Delivered on: 20 August 2012



SENTENCE

TOMMASI J: [1] The accused was convicted of murder and robbery with aggravating circumstances as defined in section 1 of the Criminal Procedure Act, 1977 (Act 51 of 1977).

[2] The accused on 20 November 2010, whilst carrying a knife in his pocket, walked into a cuca shop during the afternoon hours and found Saara Heita alone. Saara, a grade 12 pupil, was helping out a neighbor at the cuca shop. The neighboring shop owner testified that she heard the screams of Saara and this must have been when the accused had confronted her with the knife which he pulled out of his pocket. She tried to ward off the attack but the accused stabbed her in her neck; slit her throat and threw her down on the ground. He took coins amounting to N$33.00 from the counter and left the shop. When he came out the community members gave chase and managed to apprehend him. The community members severely assaulted the accused and reluctantly handed him over to the police together with the knife which they found on him.

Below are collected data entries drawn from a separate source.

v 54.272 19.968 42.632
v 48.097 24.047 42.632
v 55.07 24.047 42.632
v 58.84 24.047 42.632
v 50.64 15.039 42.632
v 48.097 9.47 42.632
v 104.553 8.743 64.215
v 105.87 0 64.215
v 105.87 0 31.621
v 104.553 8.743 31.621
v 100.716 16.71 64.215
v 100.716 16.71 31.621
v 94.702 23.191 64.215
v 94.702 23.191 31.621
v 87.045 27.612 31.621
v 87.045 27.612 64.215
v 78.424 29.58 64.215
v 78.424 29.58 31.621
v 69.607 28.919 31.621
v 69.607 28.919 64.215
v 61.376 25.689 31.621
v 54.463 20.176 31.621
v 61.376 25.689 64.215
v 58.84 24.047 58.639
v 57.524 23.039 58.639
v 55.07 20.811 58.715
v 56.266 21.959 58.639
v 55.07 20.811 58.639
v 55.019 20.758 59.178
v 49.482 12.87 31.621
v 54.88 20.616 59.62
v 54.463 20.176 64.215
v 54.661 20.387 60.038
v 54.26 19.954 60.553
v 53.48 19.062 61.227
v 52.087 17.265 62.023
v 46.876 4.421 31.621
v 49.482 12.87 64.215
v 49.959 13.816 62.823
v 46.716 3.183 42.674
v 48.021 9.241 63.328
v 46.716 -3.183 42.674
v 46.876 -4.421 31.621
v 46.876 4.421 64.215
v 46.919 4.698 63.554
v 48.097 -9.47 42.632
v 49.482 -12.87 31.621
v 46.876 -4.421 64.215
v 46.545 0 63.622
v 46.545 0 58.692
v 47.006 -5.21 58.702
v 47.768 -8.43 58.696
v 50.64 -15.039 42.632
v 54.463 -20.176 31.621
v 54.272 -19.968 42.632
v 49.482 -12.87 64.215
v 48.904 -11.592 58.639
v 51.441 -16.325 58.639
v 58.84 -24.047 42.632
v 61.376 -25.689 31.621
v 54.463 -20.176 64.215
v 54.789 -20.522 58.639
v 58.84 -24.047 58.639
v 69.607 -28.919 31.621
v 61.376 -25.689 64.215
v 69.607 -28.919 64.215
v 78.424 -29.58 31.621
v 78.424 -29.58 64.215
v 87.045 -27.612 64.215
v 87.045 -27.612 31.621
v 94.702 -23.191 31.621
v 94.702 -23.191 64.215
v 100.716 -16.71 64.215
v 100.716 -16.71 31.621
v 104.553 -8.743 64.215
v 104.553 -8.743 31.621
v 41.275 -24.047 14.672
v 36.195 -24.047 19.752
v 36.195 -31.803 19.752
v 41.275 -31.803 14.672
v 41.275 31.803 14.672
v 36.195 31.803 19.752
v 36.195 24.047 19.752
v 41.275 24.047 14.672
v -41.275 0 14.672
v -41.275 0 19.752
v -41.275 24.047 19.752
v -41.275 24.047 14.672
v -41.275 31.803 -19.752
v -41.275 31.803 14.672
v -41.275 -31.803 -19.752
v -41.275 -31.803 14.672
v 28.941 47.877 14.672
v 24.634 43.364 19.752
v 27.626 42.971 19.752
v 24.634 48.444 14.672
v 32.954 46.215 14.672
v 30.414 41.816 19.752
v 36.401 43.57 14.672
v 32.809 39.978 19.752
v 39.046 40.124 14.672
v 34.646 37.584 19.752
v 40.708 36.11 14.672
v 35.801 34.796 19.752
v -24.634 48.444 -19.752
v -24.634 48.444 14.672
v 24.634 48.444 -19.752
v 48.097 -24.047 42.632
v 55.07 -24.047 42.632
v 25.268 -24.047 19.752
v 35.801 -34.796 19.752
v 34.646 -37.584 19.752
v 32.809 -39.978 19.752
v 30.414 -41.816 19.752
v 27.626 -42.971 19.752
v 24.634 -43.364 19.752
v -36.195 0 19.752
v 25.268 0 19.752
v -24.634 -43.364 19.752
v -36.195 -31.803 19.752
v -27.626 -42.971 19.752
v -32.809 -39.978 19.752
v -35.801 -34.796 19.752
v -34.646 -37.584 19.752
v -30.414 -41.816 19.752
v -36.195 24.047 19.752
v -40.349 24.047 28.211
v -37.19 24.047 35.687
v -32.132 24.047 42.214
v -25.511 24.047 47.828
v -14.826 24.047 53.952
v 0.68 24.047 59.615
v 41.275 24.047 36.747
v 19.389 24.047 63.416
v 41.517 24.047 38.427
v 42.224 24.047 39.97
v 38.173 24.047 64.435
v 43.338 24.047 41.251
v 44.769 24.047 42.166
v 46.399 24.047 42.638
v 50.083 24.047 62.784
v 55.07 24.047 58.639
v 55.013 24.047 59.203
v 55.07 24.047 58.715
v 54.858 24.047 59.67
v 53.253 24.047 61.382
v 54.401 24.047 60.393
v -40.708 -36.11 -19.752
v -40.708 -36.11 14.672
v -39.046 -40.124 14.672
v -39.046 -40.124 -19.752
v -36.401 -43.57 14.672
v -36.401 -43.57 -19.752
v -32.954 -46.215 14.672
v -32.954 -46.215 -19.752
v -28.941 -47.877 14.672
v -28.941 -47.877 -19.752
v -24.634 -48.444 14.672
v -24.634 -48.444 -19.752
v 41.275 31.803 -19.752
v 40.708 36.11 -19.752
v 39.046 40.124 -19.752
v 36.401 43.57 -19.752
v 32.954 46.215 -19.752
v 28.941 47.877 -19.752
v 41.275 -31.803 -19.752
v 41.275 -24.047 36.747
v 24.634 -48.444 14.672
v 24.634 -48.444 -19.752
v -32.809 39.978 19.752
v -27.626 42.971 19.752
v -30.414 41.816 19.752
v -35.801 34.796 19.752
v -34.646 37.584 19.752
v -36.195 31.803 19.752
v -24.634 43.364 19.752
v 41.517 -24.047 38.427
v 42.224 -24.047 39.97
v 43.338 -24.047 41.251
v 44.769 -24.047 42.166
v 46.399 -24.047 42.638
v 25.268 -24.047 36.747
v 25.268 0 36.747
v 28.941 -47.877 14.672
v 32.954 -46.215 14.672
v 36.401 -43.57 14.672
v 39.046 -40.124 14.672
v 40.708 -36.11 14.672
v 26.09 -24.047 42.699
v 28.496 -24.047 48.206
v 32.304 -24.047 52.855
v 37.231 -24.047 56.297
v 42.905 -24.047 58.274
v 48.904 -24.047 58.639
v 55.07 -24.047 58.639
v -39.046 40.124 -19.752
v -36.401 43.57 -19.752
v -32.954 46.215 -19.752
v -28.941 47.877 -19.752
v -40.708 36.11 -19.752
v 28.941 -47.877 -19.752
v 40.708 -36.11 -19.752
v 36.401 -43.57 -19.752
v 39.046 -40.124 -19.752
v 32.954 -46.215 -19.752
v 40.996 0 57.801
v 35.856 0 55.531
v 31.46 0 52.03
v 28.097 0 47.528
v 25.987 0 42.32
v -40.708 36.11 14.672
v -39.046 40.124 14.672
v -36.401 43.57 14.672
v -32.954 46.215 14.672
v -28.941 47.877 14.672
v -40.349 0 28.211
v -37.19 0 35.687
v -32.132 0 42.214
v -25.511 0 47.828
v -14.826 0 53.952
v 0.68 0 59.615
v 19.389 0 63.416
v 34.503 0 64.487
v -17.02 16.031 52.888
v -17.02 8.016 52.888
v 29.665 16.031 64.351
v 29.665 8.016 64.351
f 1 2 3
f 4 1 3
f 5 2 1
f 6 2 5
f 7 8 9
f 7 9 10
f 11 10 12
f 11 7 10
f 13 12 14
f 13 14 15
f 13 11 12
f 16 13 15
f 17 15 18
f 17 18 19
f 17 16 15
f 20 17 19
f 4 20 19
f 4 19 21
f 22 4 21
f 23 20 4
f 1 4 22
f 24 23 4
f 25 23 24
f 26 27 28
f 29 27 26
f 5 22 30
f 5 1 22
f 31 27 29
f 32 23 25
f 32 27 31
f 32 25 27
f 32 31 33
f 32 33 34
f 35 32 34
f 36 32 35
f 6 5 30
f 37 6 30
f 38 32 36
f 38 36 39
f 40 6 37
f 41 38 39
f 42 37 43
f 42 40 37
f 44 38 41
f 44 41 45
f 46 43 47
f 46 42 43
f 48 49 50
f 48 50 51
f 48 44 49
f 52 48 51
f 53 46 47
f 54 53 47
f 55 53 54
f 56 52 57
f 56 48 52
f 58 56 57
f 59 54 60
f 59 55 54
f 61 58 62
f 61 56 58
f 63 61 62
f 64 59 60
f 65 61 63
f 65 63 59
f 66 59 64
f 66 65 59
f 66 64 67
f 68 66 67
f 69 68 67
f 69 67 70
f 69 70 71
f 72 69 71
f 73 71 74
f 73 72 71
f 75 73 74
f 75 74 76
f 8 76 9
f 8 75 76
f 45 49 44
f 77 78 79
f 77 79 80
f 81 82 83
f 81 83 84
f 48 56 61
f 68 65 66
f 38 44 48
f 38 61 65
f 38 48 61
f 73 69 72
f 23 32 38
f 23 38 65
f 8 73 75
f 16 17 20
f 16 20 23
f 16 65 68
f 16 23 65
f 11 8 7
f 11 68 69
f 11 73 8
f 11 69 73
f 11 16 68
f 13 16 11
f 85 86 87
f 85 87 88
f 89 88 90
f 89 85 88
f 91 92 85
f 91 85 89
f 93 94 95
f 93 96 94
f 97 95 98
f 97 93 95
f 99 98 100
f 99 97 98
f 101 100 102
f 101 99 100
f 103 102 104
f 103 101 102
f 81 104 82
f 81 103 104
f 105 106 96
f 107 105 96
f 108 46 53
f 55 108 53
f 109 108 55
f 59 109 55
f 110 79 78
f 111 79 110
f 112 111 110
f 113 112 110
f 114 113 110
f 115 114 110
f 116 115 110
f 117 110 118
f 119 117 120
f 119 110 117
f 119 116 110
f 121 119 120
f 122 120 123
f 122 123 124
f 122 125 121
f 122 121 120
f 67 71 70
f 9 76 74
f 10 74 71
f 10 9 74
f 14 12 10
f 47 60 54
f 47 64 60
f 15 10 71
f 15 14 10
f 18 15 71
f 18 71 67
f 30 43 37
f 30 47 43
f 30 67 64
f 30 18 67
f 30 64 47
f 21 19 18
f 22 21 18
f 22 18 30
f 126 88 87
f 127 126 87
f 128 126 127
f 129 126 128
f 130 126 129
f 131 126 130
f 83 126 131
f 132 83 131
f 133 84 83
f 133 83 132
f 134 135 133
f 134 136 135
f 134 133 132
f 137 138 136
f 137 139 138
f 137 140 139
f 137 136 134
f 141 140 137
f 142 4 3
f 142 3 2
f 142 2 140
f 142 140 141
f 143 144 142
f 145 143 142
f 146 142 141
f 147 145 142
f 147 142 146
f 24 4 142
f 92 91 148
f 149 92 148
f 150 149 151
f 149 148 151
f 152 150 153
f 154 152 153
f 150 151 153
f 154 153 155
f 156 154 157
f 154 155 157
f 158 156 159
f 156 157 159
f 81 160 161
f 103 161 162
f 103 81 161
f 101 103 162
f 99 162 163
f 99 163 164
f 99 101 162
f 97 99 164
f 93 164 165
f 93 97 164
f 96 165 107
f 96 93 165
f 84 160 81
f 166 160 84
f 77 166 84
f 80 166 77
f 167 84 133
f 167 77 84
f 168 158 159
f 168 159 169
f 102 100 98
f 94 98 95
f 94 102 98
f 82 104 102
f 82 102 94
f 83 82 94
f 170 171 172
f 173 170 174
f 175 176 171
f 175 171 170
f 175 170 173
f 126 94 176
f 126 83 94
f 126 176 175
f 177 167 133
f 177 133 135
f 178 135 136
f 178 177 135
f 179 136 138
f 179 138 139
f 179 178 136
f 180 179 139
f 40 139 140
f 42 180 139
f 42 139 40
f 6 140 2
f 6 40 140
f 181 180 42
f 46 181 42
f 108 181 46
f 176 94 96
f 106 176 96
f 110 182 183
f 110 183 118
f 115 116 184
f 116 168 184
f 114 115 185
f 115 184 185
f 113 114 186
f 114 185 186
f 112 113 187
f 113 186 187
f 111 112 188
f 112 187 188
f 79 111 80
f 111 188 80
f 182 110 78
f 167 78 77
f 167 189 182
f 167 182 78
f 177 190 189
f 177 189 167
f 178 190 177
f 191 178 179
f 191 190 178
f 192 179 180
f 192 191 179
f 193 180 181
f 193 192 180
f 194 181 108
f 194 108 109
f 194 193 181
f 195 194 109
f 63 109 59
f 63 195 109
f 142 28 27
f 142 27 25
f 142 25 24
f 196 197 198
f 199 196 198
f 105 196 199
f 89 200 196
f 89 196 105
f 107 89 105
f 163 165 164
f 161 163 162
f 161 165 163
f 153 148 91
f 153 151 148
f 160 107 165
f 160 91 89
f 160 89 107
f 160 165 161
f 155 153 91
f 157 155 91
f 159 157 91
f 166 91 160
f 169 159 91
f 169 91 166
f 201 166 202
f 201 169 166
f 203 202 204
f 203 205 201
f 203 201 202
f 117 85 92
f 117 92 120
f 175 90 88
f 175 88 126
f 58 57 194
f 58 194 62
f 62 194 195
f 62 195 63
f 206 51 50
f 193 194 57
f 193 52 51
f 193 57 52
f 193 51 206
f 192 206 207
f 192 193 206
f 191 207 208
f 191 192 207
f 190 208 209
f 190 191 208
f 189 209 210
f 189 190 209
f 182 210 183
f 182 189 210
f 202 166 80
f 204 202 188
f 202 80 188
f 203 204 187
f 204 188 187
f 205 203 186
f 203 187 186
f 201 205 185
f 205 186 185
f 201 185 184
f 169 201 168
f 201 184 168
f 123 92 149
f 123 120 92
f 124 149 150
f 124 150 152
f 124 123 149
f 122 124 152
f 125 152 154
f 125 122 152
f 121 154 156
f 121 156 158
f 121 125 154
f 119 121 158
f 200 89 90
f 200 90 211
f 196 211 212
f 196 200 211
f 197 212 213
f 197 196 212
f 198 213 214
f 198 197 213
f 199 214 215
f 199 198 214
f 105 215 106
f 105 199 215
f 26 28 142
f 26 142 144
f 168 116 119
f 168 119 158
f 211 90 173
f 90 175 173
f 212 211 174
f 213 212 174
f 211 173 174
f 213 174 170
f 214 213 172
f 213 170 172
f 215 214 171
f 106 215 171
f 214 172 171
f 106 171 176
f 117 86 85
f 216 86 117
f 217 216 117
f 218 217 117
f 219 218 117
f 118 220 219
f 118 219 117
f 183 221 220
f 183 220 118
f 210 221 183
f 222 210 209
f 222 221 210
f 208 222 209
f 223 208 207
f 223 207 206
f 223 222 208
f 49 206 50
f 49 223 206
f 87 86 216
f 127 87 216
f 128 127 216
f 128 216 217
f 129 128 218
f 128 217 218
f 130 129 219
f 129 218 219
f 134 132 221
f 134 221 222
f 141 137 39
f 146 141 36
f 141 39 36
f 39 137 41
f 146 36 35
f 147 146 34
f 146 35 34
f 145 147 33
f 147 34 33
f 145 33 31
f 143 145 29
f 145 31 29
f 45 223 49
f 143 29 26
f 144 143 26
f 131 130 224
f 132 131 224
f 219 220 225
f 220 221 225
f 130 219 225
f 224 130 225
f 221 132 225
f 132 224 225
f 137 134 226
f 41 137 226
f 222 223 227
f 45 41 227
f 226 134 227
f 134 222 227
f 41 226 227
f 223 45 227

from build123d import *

# Parameters (mm, degrees)
F1_DEPTH     = 48.44446
F0_W         = 21.137111498
F0_H         = 16.0069091111
F2_DEPTH     = 24.04666
F3_DEPTH     = 24.04666
F4_DEPTH     = 15.49987
F5_DEPTH     = 16.86318
F7_R         = 16.6410292326
F8_T1_DEPTH  = 49.2679415348
F8_T3_DEPTH  = 7.7567707674
F8_T5_DEPTH  = 31.8034307674
F8_T7_DEPTH  = 7.7567707674
F8_T10_ANGLE = 90
F8_T12_ANGLE = 90
F8_T14_ANGLE = 90
F8_T16_ANGLE = 90


# Not quite as in the source:
# - a fillet or chamfer that OpenCascade refuses, or shapes differently, is made with other operations: its cross-section is extruded or revolved along the edge and cut away or added


with BuildPart() as f1:
    # F0 (on Front) → F1 (new body, symmetric)
    with BuildSketch(Plane.XZ):
        Polygon((-41.275, -19.751769717), (41.275, -19.751769717), (41.275, 19.751769717), (25.2680908889, 19.751769717), (-41.275, 19.751769717), align=None)
    extrude(amount=F1_DEPTH, both=True)

    # F0 (on Front) → F2 (join, symmetric)
    with BuildSketch(Plane.XZ):
        with BuildLine():
            Line((25.2680908889, 19.751769717), (41.275, 19.751769717))
            Line((41.275, 19.751769717), (41.275, 36.7465044527))
            ThreePointArc((41.275, 36.7465044527), (43.3382033754, 41.2513095059), (48.0968345152, 42.6317103213))
            Line((48.0968345152, 42.6317103213), (55.0704259122, 42.6317103213))
            Line((55.0704259122, 42.6317103213), (55.0704259122, 58.6386194325))
            Line((55.0704259122, 58.6386194325), (48.9036156195, 58.6386194325))
            ThreePointArc((48.9036156195, 58.6386194325), (32.3044367766, 52.8547533301), (25.2680908889, 36.7465044527))
            Line((25.2680908889, 36.7465044527), (25.2680908889, 19.751769717))
        make_face()
        with Locations((65.6389816612, 50.6351648769)):
            Rectangle(F0_W, F0_H)
        Polygon((76.2075374102, 64.215389511), (76.2075374102, 58.6386194325), (76.2075374102, 42.6317103213), (76.2075374102, 31.6205449668), (105.8704259122, 31.6205449668), (105.8704259122, 64.215389511), align=None)
    extrude(amount=F2_DEPTH, both=True)

    # F0 (on Front) → F3 (join, through all)
    with BuildSketch(Plane.XZ):
        with BuildLine():
            add(Edge.make_bspline(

[3] Saara was only 20 years old when her young life was brutally ended. Her 71 year old grandmother testified that she was a retired nurse and Saara was living with her at the time of her death. She had invested in her school fees and general maintenance. Saara was the one assisting her. She had every reason to believe that Saara would be the one who would take care of her financially once she had completed her studies. She testified that Saara’s death had plunged her into poverty as she had to carry all the funeral costs. She indicated that she would forgive the accused as she is a Christian.

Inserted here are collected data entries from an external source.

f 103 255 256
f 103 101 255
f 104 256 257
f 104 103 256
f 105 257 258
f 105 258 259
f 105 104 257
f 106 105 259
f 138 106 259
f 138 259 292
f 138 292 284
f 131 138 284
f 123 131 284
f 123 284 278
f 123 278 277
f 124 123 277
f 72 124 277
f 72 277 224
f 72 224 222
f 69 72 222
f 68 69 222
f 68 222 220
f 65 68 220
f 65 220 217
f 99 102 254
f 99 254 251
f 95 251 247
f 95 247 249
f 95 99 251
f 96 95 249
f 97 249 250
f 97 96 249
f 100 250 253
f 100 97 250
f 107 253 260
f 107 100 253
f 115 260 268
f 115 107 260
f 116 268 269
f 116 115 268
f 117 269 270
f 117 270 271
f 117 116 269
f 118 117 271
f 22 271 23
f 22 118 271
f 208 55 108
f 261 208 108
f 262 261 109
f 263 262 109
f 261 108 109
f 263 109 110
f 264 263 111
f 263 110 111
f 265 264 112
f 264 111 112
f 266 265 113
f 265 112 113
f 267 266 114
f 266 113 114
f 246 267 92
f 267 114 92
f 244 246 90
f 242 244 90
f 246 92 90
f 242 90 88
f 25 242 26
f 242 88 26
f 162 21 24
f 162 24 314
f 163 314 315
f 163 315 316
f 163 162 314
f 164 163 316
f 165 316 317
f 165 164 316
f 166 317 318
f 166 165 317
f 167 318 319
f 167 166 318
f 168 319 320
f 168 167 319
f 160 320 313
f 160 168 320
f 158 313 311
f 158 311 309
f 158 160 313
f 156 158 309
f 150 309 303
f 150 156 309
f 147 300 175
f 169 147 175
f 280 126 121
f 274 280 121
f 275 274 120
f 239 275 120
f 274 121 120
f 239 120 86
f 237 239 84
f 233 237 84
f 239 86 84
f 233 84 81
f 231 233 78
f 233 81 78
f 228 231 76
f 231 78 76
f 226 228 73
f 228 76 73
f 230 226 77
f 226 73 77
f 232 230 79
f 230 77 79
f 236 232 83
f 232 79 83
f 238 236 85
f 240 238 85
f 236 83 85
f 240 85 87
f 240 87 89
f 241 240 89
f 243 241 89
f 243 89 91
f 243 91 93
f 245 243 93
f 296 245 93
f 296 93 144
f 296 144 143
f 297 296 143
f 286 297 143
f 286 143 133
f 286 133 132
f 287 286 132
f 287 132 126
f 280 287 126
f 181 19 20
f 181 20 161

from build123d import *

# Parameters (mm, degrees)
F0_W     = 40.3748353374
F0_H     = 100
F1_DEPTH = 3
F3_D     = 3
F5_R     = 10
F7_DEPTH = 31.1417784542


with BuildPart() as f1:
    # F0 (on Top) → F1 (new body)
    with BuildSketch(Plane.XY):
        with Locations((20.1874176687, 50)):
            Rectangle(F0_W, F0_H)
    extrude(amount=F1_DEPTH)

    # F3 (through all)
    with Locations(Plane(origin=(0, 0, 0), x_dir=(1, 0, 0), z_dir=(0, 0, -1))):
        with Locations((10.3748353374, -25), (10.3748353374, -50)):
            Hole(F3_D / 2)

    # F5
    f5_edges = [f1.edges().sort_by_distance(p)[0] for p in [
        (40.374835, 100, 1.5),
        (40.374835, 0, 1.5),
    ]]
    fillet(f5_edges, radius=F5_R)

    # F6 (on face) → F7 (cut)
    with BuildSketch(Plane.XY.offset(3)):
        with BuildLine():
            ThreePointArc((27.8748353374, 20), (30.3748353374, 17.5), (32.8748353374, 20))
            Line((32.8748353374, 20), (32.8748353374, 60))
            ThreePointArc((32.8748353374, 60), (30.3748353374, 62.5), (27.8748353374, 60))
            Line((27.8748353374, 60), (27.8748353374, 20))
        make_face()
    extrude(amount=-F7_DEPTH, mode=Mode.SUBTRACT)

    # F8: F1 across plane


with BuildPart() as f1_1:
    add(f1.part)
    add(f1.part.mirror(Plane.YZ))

[4] The accused testified that his mother was living in Angola and his father had passed away. He does not know where he was born but recalled growing up in the house of his uncle. He went to grade 1 in the village where grew up and he appears to have had a normal childhood. He is not married but has one child and he is not sure who is looking after the child. The accused expressed genuine remorse for his deed and apologized in open court to the grandmother and the family of Saara. He testified that he was not healthy but did not want to disclose the details of his ill health. He has been held in custody since November 2010 whilst awaiting his trial. The accused is 27 years old.

[5] The accused has been convicted of two serious offences i.e murder and robbery with aggravating circumstances. Although these two offences are closely linked in terms of motive they form two separate and distinctly different offences. It is well established that the Court has to consider the offender, the offence and the interest of society when sentencing an accused. At the same time the Court has to bear in mind the objectives of punishment and consider the weight to be attached to each factor placed before the Court in mitigation and in aggravation.

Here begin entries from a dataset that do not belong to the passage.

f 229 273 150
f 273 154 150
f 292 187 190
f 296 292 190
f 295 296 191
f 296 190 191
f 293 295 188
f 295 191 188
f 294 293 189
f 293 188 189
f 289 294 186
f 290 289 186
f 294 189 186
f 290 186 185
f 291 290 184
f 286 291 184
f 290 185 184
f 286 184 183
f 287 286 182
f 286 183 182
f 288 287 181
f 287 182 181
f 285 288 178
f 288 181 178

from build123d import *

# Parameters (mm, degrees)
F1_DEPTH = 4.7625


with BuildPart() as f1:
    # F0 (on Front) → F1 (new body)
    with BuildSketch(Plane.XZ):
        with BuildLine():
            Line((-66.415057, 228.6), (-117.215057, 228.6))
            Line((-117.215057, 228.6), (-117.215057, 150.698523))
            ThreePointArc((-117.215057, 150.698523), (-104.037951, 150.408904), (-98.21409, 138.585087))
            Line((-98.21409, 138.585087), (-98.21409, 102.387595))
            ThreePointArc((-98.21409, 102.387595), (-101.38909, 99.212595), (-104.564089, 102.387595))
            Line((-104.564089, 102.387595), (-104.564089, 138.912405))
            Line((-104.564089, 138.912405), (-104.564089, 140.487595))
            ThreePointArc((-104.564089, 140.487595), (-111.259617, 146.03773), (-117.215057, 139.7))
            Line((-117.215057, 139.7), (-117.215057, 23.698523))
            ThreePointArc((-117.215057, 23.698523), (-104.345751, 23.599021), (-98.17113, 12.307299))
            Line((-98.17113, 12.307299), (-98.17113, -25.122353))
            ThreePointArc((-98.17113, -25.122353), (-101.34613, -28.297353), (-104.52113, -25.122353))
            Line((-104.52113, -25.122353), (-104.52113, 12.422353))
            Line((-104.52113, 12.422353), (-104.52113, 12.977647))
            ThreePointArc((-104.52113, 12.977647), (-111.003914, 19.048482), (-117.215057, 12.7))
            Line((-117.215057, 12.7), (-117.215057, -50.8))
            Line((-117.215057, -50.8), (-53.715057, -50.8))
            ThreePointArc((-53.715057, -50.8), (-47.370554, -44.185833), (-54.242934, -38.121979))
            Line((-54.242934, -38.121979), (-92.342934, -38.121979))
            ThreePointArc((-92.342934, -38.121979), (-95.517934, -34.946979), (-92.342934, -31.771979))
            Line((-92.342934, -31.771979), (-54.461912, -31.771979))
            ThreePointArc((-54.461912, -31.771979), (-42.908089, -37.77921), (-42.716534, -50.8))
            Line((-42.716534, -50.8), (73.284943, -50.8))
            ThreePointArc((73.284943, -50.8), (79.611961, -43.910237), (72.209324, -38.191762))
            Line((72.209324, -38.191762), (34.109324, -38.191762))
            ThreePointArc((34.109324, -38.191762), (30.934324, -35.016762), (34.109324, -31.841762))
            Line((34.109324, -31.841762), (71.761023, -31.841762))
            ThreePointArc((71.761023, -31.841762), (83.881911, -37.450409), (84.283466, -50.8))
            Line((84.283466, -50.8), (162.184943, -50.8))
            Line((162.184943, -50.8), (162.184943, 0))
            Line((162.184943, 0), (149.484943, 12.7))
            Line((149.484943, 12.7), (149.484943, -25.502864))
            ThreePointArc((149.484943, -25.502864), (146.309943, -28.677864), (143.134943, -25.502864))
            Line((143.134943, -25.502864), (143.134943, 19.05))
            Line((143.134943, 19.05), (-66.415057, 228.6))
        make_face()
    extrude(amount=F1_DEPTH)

[6] The accused pleaded guilty to the offence of murder and had shown genuine contrition for killing Saara. He has one child but he was not entirely able to perform his duties as a father given the fact that he has been serving a sentence for a previous offence committed. He also appears not to have very close family ties. I shall accept that the accused suffers ill health as same was not contested. I have, however, reason to believe that he will have access to proper medical care in prison. The accused has been held in custody from the date of his arrest which is a period of 1 year and 9 months and it is trite that the period spent in custody awaiting trial would lead to a reduction in sentence.

[7] The accused is, however, not a first offender. He was convicted twice of theft during 2007 and of housebreaking with intent to steal and theft on 4 August 2010. He was sentenced to 12 months imprisonment of which 6 months were suspended for a period of five years on condition that the accused is not convicted of housebreaking with intent to steal and theft committed during the period of suspension. The accused served three months imprisonment and was released on 3 November 2010. These previous convictions are relevant to the charge of robbery which he committed on 20 November 2010, the same month he was released from prison. As was argued by counsel for the State, the accused graduated from petty theft to robbery. Although the accused had shown contrition for having taken the life of the deceased no such contrition was evidenced in respect of the robbery he had committed. The accused in all probability, knowing that there was a suspended sentence hanging over his head in respect of the housebreaking with intent to steal and theft, decided to fabricate a story that he was in a relationship with the deceased, thus adding insult to injury to the family of the deceased. The Court has to consider his propensity to commit crimes of which dishonesty is an element when considering an appropriate sentence for robbery. The accused, in view of this pattern, has not responded well to sentences aimed at encouraging him to reform.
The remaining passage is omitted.